(Stored dataset items)
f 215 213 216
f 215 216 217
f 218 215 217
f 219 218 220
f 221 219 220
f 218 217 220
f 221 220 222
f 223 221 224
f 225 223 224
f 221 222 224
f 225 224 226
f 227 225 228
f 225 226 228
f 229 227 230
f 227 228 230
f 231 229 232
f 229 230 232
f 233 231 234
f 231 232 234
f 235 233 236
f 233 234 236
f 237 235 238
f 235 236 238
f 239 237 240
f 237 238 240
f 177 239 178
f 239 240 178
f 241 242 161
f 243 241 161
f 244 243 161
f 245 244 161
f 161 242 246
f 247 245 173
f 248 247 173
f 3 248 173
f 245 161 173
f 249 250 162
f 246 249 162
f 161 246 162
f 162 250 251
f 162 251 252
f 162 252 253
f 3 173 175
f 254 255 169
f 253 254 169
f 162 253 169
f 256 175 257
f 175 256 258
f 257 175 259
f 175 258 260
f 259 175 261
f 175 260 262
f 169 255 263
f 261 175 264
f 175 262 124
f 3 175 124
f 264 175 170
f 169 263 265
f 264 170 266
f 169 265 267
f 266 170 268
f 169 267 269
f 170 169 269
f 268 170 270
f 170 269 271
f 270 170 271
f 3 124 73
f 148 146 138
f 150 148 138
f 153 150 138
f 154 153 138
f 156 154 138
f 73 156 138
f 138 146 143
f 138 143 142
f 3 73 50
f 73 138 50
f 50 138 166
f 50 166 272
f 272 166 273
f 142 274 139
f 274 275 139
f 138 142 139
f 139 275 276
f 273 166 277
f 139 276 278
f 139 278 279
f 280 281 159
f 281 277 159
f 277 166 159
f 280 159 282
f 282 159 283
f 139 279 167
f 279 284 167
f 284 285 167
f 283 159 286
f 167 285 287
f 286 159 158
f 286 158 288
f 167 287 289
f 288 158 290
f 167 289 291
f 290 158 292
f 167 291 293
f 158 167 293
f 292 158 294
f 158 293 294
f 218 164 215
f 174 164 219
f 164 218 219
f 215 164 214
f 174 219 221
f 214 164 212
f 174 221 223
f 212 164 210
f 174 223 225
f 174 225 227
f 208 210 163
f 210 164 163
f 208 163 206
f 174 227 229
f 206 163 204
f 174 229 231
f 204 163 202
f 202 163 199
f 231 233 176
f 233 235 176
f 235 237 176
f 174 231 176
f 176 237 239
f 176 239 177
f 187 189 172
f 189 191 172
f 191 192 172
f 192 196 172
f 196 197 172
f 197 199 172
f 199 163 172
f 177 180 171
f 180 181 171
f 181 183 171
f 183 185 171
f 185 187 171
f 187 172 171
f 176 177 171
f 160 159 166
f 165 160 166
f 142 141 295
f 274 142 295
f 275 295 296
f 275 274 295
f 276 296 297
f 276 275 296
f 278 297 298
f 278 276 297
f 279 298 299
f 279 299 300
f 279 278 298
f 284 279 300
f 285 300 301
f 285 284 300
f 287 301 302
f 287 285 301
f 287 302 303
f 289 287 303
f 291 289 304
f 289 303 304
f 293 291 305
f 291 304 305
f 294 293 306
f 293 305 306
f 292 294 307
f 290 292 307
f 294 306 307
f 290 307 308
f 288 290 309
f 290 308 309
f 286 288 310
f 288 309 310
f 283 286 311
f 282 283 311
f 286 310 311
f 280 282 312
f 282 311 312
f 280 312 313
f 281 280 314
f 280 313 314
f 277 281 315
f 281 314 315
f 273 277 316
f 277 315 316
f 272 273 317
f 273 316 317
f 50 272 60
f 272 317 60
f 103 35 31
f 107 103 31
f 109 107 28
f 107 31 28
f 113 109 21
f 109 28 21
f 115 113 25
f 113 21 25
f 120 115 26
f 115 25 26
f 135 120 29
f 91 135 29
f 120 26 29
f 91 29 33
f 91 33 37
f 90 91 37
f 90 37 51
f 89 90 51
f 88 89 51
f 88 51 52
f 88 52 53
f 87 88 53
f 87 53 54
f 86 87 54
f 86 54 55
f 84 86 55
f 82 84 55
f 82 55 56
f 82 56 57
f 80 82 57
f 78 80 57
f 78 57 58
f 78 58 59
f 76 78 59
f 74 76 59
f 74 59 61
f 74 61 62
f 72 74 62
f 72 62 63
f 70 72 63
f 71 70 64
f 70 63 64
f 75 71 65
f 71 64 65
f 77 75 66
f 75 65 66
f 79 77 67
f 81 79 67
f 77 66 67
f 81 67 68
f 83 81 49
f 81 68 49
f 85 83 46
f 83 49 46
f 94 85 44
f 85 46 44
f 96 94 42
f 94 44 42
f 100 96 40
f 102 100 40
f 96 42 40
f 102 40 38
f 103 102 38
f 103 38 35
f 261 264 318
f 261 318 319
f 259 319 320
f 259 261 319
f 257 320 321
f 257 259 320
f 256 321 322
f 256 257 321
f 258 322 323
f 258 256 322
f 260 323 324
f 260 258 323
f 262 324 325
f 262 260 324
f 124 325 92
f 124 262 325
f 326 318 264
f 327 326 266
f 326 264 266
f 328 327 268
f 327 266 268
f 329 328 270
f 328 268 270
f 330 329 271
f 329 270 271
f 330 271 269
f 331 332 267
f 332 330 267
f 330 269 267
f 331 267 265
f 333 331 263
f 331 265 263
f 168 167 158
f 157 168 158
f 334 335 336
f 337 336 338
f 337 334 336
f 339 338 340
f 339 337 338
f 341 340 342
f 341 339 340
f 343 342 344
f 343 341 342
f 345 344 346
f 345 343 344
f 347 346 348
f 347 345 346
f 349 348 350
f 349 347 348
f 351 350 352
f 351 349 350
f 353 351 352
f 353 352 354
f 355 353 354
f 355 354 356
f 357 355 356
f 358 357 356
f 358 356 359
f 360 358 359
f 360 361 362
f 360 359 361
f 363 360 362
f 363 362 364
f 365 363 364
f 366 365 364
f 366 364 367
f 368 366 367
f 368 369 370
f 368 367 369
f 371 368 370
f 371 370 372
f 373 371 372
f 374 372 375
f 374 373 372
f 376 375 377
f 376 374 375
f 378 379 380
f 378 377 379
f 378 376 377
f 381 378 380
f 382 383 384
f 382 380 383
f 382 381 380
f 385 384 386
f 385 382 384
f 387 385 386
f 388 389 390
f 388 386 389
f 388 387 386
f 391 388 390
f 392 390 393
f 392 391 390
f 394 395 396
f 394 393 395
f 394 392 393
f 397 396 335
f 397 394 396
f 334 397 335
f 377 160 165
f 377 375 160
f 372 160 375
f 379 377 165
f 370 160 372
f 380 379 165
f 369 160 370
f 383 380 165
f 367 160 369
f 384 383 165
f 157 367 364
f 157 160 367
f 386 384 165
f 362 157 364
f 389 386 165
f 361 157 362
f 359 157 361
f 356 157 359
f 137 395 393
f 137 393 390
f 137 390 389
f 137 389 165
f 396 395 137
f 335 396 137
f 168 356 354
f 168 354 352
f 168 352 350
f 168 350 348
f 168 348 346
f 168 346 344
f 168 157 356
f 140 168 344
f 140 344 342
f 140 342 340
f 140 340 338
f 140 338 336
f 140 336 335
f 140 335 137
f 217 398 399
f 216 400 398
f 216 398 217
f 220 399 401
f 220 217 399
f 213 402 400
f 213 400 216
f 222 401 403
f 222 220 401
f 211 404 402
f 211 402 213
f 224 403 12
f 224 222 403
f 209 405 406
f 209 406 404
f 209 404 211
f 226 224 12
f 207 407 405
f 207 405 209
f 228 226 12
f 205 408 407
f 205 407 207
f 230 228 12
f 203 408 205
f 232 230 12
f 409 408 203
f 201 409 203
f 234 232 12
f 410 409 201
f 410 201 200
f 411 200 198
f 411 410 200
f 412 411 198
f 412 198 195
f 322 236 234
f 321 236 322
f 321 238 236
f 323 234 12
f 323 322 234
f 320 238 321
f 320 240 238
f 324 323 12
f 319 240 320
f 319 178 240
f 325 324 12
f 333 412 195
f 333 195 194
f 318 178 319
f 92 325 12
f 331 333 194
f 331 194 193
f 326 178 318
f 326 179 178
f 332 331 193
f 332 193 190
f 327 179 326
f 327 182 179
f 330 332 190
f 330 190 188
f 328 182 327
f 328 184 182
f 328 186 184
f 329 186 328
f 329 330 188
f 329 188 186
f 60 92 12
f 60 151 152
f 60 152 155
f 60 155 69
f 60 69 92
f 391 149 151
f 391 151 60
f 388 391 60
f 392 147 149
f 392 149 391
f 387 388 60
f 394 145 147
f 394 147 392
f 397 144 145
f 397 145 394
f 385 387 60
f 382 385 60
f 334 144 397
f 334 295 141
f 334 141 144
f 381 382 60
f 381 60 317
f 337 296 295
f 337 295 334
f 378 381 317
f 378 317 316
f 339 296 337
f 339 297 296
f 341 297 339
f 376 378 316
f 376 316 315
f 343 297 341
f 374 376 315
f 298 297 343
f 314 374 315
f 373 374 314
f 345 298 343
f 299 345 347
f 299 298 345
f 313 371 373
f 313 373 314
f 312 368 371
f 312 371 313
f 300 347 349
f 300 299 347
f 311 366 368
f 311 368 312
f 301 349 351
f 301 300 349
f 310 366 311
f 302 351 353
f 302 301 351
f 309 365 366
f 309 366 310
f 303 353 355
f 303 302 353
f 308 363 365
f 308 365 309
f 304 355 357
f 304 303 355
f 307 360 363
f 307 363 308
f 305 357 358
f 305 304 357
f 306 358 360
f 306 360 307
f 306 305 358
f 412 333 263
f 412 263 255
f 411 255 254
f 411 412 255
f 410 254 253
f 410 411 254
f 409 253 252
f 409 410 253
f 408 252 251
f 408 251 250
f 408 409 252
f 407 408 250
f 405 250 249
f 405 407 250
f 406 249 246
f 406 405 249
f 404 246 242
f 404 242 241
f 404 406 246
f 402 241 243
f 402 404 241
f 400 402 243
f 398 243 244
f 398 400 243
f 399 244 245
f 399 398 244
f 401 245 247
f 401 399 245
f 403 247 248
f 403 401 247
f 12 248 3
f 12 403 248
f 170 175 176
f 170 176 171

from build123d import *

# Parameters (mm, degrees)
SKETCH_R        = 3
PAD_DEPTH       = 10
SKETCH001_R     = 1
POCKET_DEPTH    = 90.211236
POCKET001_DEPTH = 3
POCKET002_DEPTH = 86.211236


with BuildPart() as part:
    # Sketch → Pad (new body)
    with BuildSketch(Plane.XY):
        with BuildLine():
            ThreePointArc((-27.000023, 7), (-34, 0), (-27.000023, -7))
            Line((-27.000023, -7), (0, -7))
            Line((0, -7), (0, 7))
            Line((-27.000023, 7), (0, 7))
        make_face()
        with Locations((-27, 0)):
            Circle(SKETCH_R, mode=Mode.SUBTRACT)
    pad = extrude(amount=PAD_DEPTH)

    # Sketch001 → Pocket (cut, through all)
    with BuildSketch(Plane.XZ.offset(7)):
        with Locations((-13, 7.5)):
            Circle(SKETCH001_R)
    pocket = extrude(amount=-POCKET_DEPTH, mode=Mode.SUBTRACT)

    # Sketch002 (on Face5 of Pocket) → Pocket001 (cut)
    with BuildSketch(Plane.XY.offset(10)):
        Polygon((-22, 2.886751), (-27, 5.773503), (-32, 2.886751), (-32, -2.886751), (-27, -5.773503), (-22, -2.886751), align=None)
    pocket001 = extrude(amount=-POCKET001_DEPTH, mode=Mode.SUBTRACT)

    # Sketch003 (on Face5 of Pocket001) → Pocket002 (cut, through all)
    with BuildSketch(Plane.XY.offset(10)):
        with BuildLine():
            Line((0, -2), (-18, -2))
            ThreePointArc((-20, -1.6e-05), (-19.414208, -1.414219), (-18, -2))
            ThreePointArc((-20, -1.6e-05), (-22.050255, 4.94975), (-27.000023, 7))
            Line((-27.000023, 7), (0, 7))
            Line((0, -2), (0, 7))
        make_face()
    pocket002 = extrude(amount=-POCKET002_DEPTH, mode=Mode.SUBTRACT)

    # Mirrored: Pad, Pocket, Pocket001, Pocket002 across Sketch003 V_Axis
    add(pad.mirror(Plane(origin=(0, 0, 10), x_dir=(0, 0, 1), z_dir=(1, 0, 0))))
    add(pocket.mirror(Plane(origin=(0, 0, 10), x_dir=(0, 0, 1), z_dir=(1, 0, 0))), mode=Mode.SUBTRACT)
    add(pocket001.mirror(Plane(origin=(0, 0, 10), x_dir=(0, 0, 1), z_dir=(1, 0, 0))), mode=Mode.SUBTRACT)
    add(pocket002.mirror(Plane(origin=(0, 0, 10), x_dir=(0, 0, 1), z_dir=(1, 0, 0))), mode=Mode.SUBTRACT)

▶ Task brief
Scan the records above for the lines holding "f 162 251 252" and "f 187 172 171". Transcribe those two and every line between them word for word, and no others.

▶ Expected output
f 162 251 252
f 162 252 253
f 3 173 175
f 254 255 169
f 253 254 169
f 162 253 169
f 256 175 257
f 175 256 258
f 257 175 259
f 175 258 260
f 259 175 261
f 175 260 262
f 169 255 263
f 261 175 264
f 175 262 124
f 3 175 124
f 264 175 170
f 169 263 265
f 264 170 266
f 169 265 267
f 266 170 268
f 169 267 269
f 170 169 269
f 268 170 270
f 170 269 271
f 270 170 271
f 3 124 73
f 148 146 138
f 150 148 138
f 153 150 138
f 154 153 138
f 156 154 138
f 73 156 138
f 138 146 143
f 138 143 142
f 3 73 50
f 73 138 50
f 50 138 166
f 50 166 272
f 272 166 273
f 142 274 139
f 274 275 139
f 138 142 139
f 139 275 276
f 273 166 277
f 139 276 278
f 139 278 279
f 280 281 159
f 281 277 159
f 277 166 159
f 280 159 282
f 282 159 283
f 139 279 167
f 279 284 167
f 284 285 167
f 283 159 286
f 167 285 287
f 286 159 158
f 286 158 288
f 167 287 289
f 288 158 290
f 167 289 291
f 290 158 292
f 167 291 293
f 158 167 293
f 292 158 294
f 158 293 294
f 218 164 215
f 174 164 219
f 164 218 219
f 215 164 214
f 174 219 221
f 214 164 212
f 174 221 223
f 212 164 210
f 174 223 225
f 174 225 227
f 208 210 163
f 210 164 163
f 208 163 206
f 174 227 229
f 206 163 204
f 174 229 231
f 204 163 202
f 202 163 199
f 231 233 176
f 233 235 176
f 235 237 176
f 174 231 176
f 176 237 239
f 176 239 177
f 187 189 172
f 189 191 172
f 191 192 172
f 192 196 172
f 196 197 172
f 197 199 172
f 199 163 172
f 177 180 171
f 180 181 171
f 181 183 171
f 183 185 171
f 185 187 171
f 187 172 171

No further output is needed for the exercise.